_THE INPUT_
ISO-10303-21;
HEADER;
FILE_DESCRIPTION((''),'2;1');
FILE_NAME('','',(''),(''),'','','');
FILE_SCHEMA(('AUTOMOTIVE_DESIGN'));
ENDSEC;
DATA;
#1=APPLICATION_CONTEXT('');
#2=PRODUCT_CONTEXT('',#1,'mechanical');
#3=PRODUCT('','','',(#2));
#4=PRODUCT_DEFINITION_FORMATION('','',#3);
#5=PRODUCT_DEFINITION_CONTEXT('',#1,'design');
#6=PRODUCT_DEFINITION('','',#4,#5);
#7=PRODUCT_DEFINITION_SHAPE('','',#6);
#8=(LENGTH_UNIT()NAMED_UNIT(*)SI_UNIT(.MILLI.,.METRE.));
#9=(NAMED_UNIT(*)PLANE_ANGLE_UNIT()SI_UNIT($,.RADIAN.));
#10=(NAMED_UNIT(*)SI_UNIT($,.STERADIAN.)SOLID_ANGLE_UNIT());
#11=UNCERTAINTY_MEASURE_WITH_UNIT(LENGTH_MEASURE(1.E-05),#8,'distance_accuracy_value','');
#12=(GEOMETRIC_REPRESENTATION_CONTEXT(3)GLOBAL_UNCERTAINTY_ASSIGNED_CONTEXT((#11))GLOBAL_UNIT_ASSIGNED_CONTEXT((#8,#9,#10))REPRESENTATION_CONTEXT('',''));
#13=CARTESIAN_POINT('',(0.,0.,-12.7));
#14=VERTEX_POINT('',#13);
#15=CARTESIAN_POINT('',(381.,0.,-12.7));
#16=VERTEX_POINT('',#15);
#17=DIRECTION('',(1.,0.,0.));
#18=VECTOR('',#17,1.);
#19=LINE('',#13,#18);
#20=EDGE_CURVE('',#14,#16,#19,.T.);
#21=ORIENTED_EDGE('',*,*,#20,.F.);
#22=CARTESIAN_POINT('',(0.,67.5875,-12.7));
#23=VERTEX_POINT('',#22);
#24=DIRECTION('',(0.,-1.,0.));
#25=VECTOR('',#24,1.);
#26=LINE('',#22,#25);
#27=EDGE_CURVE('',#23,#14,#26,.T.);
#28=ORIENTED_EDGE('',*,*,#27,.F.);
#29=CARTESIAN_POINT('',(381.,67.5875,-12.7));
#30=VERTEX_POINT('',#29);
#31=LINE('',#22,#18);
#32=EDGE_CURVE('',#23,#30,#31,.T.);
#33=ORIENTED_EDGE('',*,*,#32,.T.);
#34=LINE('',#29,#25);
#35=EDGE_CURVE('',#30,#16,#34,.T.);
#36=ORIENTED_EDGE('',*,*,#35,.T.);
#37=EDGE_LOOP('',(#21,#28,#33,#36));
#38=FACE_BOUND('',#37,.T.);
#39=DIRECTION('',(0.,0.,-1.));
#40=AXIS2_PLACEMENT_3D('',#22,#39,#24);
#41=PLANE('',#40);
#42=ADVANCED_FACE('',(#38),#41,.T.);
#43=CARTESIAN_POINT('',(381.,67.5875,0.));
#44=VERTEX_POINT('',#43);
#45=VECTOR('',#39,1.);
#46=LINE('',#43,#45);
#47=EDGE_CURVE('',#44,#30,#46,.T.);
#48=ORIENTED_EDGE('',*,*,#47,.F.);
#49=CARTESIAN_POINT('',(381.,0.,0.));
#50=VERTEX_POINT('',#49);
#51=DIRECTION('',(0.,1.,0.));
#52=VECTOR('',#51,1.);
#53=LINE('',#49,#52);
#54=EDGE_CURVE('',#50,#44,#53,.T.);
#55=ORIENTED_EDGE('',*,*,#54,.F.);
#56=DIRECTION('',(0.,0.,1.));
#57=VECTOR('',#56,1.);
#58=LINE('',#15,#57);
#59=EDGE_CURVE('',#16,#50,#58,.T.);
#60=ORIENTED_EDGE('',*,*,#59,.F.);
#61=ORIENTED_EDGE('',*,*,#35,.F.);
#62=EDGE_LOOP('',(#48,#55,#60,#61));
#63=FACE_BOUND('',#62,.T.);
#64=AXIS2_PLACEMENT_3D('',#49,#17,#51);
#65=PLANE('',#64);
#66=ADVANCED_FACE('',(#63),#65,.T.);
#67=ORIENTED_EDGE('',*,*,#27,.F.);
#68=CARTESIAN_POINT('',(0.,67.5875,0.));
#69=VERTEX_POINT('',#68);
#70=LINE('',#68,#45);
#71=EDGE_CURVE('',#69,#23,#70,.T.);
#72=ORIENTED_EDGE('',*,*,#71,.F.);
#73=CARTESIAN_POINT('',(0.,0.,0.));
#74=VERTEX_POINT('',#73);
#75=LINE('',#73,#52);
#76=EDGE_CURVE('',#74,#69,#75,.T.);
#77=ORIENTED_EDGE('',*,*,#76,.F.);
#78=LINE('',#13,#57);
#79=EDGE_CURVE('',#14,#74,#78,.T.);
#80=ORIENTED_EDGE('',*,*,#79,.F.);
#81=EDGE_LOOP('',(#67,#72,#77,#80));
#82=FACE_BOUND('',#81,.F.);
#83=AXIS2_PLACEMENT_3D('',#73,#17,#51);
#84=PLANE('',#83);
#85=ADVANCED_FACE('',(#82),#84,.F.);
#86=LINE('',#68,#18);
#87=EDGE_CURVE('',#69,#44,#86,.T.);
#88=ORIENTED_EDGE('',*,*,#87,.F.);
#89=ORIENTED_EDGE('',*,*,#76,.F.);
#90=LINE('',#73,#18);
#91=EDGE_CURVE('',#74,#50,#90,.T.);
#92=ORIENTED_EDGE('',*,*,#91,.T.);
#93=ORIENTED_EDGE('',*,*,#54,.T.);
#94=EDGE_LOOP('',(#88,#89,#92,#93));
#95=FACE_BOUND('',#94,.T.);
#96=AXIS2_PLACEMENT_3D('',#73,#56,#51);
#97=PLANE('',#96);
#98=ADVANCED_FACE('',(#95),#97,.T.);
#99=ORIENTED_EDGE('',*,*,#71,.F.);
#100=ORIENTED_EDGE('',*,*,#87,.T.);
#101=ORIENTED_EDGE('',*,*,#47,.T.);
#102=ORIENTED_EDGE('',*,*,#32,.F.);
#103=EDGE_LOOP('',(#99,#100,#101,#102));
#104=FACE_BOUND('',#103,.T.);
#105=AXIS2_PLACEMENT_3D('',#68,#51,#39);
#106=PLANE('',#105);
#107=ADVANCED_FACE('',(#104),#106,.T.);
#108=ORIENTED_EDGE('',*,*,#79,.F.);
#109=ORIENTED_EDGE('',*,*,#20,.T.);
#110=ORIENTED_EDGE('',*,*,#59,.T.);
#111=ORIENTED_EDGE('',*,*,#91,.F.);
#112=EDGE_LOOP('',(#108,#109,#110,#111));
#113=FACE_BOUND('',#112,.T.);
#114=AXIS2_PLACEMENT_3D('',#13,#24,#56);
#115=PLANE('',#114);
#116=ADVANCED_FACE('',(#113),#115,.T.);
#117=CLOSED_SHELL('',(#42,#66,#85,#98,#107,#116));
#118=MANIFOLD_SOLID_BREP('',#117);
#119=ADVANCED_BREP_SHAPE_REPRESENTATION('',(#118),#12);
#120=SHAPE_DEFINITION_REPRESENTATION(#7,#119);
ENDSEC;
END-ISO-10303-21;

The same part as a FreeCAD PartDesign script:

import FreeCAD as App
import Part
import Sketcher
Q = App.Units.Quantity

doc = App.newDocument("Part")
body = doc.addObject("PartDesign::Body", "Body")

# Sketch on YZ plane
sketch1 = doc.addObject("Sketcher::SketchObject", "Sketch")
body.addObject(sketch1)
sketch1.AttachmentSupport = (doc.YZ_Plane, [""])
sketch1.MapMode = "FlatFace"
sketch1.addGeometry(Part.LineSegment(App.Vector(68, 0, 0), App.Vector(0, 0, 0)), False)
sketch1.addGeometry(Part.LineSegment(App.Vector(0, 0, 0), App.Vector(0, -13, 0)), False)
sketch1.addGeometry(Part.LineSegment(App.Vector(0, -13, 0), App.Vector(68, -13, 0)), False)
sketch1.addGeometry(Part.LineSegment(App.Vector(68, -13, 0), App.Vector(68, 0, 0)), False)
sketch1.addConstraint(Sketcher.Constraint("Coincident", 0, 2, 1, 1))
sketch1.addConstraint(Sketcher.Constraint("Coincident", 1, 2, 2, 1))
sketch1.addConstraint(Sketcher.Constraint("Coincident", 2, 2, 3, 1))
sketch1.addConstraint(Sketcher.Constraint("Coincident", 3, 2, 0, 1))
sketch1.addConstraint(Sketcher.Constraint("Horizontal", 0))
sketch1.addConstraint(Sketcher.Constraint("Vertical", 1))
sketch1.addConstraint(Sketcher.Constraint("Horizontal", 2))
sketch1.addConstraint(Sketcher.Constraint("Vertical", 3))
sketch1.addConstraint(Sketcher.Constraint("Coincident", 0, 2, -1, 1))
sketch1.addConstraint(Sketcher.Constraint("DistanceY", 1, 2, 1, 1, Q("0.5 in")))
sketch1.addConstraint(Sketcher.Constraint("DistanceX", 0, 2, 0, 1, Q("67.5875 mm")))
pad1 = doc.addObject("PartDesign::Pad", "Pad")
body.addObject(pad1)
pad1.Profile = sketch1
pad1.Length = Q("15 in")

doc.recompute()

_WHAT YOU SHOULD DO_
An exact, complete copy of the lines above from the one with "#41=PLANE('',#40);" through the one with "#105=AXIS2_PLACEMENT_3D('',#68,#51,#39);" is the whole answer.

_RESPONSE TO THIS EXERCISE_
#41=PLANE('',#40);
#42=ADVANCED_FACE('',(#38),#41,.T.);
#43=CARTESIAN_POINT('',(381.,67.5875,0.));
#44=VERTEX_POINT('',#43);
#45=VECTOR('',#39,1.);
#46=LINE('',#43,#45);
#47=EDGE_CURVE('',#44,#30,#46,.T.);
#48=ORIENTED_EDGE('',*,*,#47,.F.);
#49=CARTESIAN_POINT('',(381.,0.,0.));
#50=VERTEX_POINT('',#49);
#51=DIRECTION('',(0.,1.,0.));
#52=VECTOR('',#51,1.);
#53=LINE('',#49,#52);
#54=EDGE_CURVE('',#50,#44,#53,.T.);
#55=ORIENTED_EDGE('',*,*,#54,.F.);
#56=DIRECTION('',(0.,0.,1.));
#57=VECTOR('',#56,1.);
#58=LINE('',#15,#57);
#59=EDGE_CURVE('',#16,#50,#58,.T.);
#60=ORIENTED_EDGE('',*,*,#59,.F.);
#61=ORIENTED_EDGE('',*,*,#35,.F.);
#62=EDGE_LOOP('',(#48,#55,#60,#61));
#63=FACE_BOUND('',#62,.T.);
#64=AXIS2_PLACEMENT_3D('',#49,#17,#51);
#65=PLANE('',#64);
#66=ADVANCED_FACE('',(#63),#65,.T.);
#67=ORIENTED_EDGE('',*,*,#27,.F.);
#68=CARTESIAN_POINT('',(0.,67.5875,0.));
#69=VERTEX_POINT('',#68);
#70=LINE('',#68,#45);
#71=EDGE_CURVE('',#69,#23,#70,.T.);
#72=ORIENTED_EDGE('',*,*,#71,.F.);
#73=CARTESIAN_POINT('',(0.,0.,0.));
#74=VERTEX_POINT('',#73);
#75=LINE('',#73,#52);
#76=EDGE_CURVE('',#74,#69,#75,.T.);
#77=ORIENTED_EDGE('',*,*,#76,.F.);
#78=LINE('',#13,#57);
#79=EDGE_CURVE('',#14,#74,#78,.T.);
#80=ORIENTED_EDGE('',*,*,#79,.F.);
#81=EDGE_LOOP('',(#67,#72,#77,#80));
#82=FACE_BOUND('',#81,.F.);
#83=AXIS2_PLACEMENT_3D('',#73,#17,#51);
#84=PLANE('',#83);
#85=ADVANCED_FACE('',(#82),#84,.F.);
#86=LINE('',#68,#18);
#87=EDGE_CURVE('',#69,#44,#86,.T.);
#88=ORIENTED_EDGE('',*,*,#87,.F.);
#89=ORIENTED_EDGE('',*,*,#76,.F.);
#90=LINE('',#73,#18);
#91=EDGE_CURVE('',#74,#50,#90,.T.);
#92=ORIENTED_EDGE('',*,*,#91,.T.);
#93=ORIENTED_EDGE('',*,*,#54,.T.);
#94=EDGE_LOOP('',(#88,#89,#92,#93));
#95=FACE_BOUND('',#94,.T.);
#96=AXIS2_PLACEMENT_3D('',#73,#56,#51);
#97=PLANE('',#96);
#98=ADVANCED_FACE('',(#95),#97,.T.);
#99=ORIENTED_EDGE('',*,*,#71,.F.);
#100=ORIENTED_EDGE('',*,*,#87,.T.);
#101=ORIENTED_EDGE('',*,*,#47,.T.);
#102=ORIENTED_EDGE('',*,*,#32,.F.);
#103=EDGE_LOOP('',(#99,#100,#101,#102));
#104=FACE_BOUND('',#103,.T.);
#105=AXIS2_PLACEMENT_3D('',#68,#51,#39);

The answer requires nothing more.